Sick but Not Sick - Hooke
http://www.nybooks.com/articles/2017/02/09/sick-but-not-sick/
======
cesarbs
_That listening is no longer valued in today’s medicine. The patient’s
“history” was once the centerpiece of his medical record, his story written in
narrative form. With current electronic templates, information is fragmented
into chunks designed to meet so-called quality metrics and maximize revenue
from insurers. The patient’s story has been reduced to telegraphed key words
that trigger prefigured algorithms, which generate pop-ups on the computer
screen for further testing or generic therapies._

This finally explains why I find medical care in the US so different than what
I had in my birth country (Brazil).

My US experience so far (multiple times): go to the doctor and have 15-20
minutes tops to talk to them (and most of that time is taken by a nurse and
then waiting), describe symptoms and general observations I've made about them
(I listen a lot to my body). With almost no discussion or explanation, I'm
quickly diagnosed with something that almost always sounds bogus to me and I'm
prescribed some medicine with no explanation of what it does.
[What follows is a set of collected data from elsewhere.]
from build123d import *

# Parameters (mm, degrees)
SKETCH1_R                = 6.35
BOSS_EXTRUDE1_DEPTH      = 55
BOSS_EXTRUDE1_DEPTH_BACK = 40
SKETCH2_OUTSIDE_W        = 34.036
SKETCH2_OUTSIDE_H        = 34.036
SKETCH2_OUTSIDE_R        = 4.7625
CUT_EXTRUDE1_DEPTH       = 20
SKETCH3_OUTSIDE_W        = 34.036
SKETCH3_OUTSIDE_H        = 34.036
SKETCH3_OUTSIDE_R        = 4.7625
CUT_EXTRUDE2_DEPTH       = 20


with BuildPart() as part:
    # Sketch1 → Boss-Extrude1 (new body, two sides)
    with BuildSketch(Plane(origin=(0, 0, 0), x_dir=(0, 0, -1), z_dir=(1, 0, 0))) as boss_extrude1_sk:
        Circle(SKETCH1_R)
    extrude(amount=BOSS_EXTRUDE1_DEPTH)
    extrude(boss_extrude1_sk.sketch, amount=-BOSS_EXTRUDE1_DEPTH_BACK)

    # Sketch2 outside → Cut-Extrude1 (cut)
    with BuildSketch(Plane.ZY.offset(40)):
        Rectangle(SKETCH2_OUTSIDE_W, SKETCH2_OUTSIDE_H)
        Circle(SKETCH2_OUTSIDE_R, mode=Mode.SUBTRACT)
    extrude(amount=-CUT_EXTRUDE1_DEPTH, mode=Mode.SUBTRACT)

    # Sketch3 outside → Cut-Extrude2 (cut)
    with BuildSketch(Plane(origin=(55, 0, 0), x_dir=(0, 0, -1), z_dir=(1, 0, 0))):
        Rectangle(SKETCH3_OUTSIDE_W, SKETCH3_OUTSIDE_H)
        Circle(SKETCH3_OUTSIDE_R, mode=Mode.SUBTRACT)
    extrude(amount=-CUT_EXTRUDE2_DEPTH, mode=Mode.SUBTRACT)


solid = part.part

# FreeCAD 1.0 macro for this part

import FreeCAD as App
import Part
import Sketcher
from FreeCAD import Vector
Q = App.Units.Quantity

doc = App.newDocument("Part")
params = doc.addObject("Spreadsheet::Sheet", "Params")
for row, (alias, value) in enumerate([
    ("sketch1_diameter", "0.5 in"),
    ("pad1_length", "55 mm"),
    ("pad1_length2", "40 mm"),
    ("sketch2_diameter", "0.375 in"),
    ("sketch2_width", "1.34 in"),
    ("pocket1_length", "20 mm"),
    ("sketch3_diameter", "0.375 in"),
    ("sketch3_width", "1.34 in"),
    ("pocket2_length", "20 mm"),
], start=1):
    params.set(f"A{row}", alias)
    params.set(f"B{row}", "=" + value)
    params.setAlias(f"B{row}", alias)

body = doc.addObject("PartDesign::Body", "Body")

# Sketch on YZ plane
sketch1 = body.newObject("Sketcher::SketchObject", "Sketch")
sketch1.AttachmentSupport = (doc.getObject("YZ_Plane"), [""])
sketch1.MapMode = "FlatFace"
sketch1.addGeometry(Part.Circle(Vector(0, 0, 0), Vector(0, 0, 1), 6), False)
sketch1.addConstraint(Sketcher.Constraint("Coincident", 0, 3, -1, 1))
sketch1.addConstraint(Sketcher.Constraint("Diameter", 0, Q("0.5 in")))
sketch1.setExpression("Constraints[1]", "Params.sketch1_diameter")
pad1 = body.newObject("PartDesign::Pad", "Pad")
pad1.Profile = sketch1
pad1.Type = "TwoLengths"
pad1.setExpression("Length", "Params.pad1_length")
pad1.setExpression("Length2", "Params.pad1_length2")

# Sketch on YZ plane
sketch2 = body.newObject("Sketcher::SketchObject", "Sketch001")
sketch2.AttachmentSupport = (doc.getObject("YZ_Plane"), [""])
sketch2.MapMode = "FlatFace"
sketch2.AttachmentOffset = App.Placement(Vector(0, 0, -40), App.Rotation())
sketch2.addGeometry(Part.LineSegment(Vector(17, -17, 0), Vector(-17, -17, 0)), False)
sketch2.addGeometry(Part.LineSegment(Vector(-17, -17, 0), Vector(-17, 17, 0)), False)
sketch2.addGeometry(Part.LineSegment(Vector(-17, 17, 0), Vector(17, 17, 0)), False)
sketch2.addGeometry(Part.LineSegment(Vector(17, 17, 0), Vector(17, -17, 0)), False)
sketch2.addGeometry(Part.Circle(Vector(0, 0, 0), Vector(0, 0, 1), 4.8), False)
sketch2.addConstraint(Sketcher.Constraint("Coincident", 0, 2, 1, 1))
sketch2.addConstraint(Sketcher.Constraint("Coincident", 1, 2, 2, 1))
sketch2.addConstraint(Sketcher.Constraint("Coincident", 2, 2, 3, 1))
sketch2.addConstraint(Sketcher.Constraint("Coincident", 3, 2, 0, 1))
sketch2.addConstraint(Sketcher.Constraint("Horizontal", 0))
sketch2.addConstraint(Sketcher.Constraint("Vertical", 1))
sketch2.addConstraint(Sketcher.Constraint("Horizontal", 2))
sketch2.addConstraint(Sketcher.Constraint("Vertical", 3))
sketch2.addConstraint(Sketcher.Constraint("Coincident", 4, 3, -1, 1))
sketch2.addConstraint(Sketcher.Constraint("Symmetric", 0, 2, 2, 2, -1, 1))
sketch2.addConstraint(Sketcher.Constraint("Equal", 2, 1))
sketch2.addConstraint(Sketcher.Constraint("Diameter", 4, Q("0.375 in")))
sketch2.addConstraint(Sketcher.Constraint("DistanceX", 0, 2, 0, 1, Q("1.34 in")))
sketch2.setExpression("Constraints[11]", "Params.sketch2_diameter")
sketch2.setExpression("Constraints[12]", "Params.sketch2_width")
pocket1 = body.newObject("PartDesign::Pocket", "Pocket")
pocket1.Profile = sketch2
pocket1.setExpression("Length", "Params.pocket1_length")
pocket1.Reversed = True

# Sketch on YZ plane
sketch3 = body.newObject("Sketcher::SketchObject", "Sketch002")
sketch3.AttachmentSupport = (doc.getObject("YZ_Plane"), [""])
sketch3.MapMode = "FlatFace"
sketch3.AttachmentOffset = App.Placement(Vector(0, 0, 55), App.Rotation())
sketch3.addGeometry(Part.LineSegment(Vector(17, 17, 0), Vector(-17, 17, 0)), False)
sketch3.addGeometry(Part.LineSegment(Vector(-17, 17, 0), Vector(-17, -17, 0)), False)
sketch3.addGeometry(Part.LineSegment(Vector(-17, -17, 0), Vector(17, -17, 0)), False)
sketch3.addGeometry(Part.LineSegment(Vector(17, -17, 0), Vector(17, 17, 0)), False)
sketch3.addGeometry(Part.Circle(Vector(0, 0, 0), Vector(0, 0, 1), 4.8), False)
sketch3.addConstraint(Sketcher.Constraint("Coincident", 0, 2, 1, 1))
sketch3.addConstraint(Sketcher.Constraint("Coincident", 1, 2, 2, 1))
sketch3.addConstraint(Sketcher.Constraint("Coincident", 2, 2, 3, 1))
sketch3.addConstraint(Sketcher.Constraint("Coincident", 3, 2, 0, 1))
sketch3.addConstraint(Sketcher.Constraint("Horizontal", 0))
sketch3.addConstraint(Sketcher.Constraint("Vertical", 1))
sketch3.addConstraint(Sketcher.Constraint("Horizontal", 2))
sketch3.addConstraint(Sketcher.Constraint("Vertical", 3))
sketch3.addConstraint(Sketcher.Constraint("Coincident", 4, 3, -1, 1))
sketch3.addConstraint(Sketcher.Constraint("Symmetric", 0, 2, 2, 2, -1, 1))
sketch3.addConstraint(Sketcher.Constraint("Equal", 2, 1))
sketch3.addConstraint(Sketcher.Constraint("Diameter", 4, Q("0.375 in")))
sketch3.addConstraint(Sketcher.Constraint("DistanceX", 0, 2, 0, 1, Q("1.34 in")))
sketch3.setExpression("Constraints[11]", "Params.sketch3_diameter")
sketch3.setExpression("Constraints[12]", "Params.sketch3_width")
pocket2 = body.newObject("PartDesign::Pocket", "Pocket001")
pocket2.Profile = sketch3
pocket2.setExpression("Length", "Params.pocket2_length")

doc.recompute()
Back in Brazil: go to the doctor and have 30-45 minutes booked. No nurse.
Explain symptoms. Doctor asks further questions. I answer and offer general
observations. Doctor writes down everything. Doctor appears to _think_ about
it. Doctor offers a few possible explanations as to what is going on and what
is the course of action from then on. Asks what I think about it. If I'm
prescribed something, I receive a full explanation of what the medicine does,
and if I'm OK with taking it.

Another major difference I've observed is that doctors in the US tend to
attempt to treat things starting from the least concerning ailment. I guess
that's why there are so many stories of cancer patients going to doctor after
doctor who treat them for minor things, only for a cancer diagnostic to be
made when the disease has progressed a lot further. Back in Brazil, the
doctors I went to would usually go a completely different route: "it's
probably <insert minor/treatable problem here>", but let's rule out the
sinister stuff first [like cancer]."

I love 99% of my life in America when compared to Brazil, and have no plans to
go back. But going to the doctor here is definitely a subpar experience
compared to what I had there.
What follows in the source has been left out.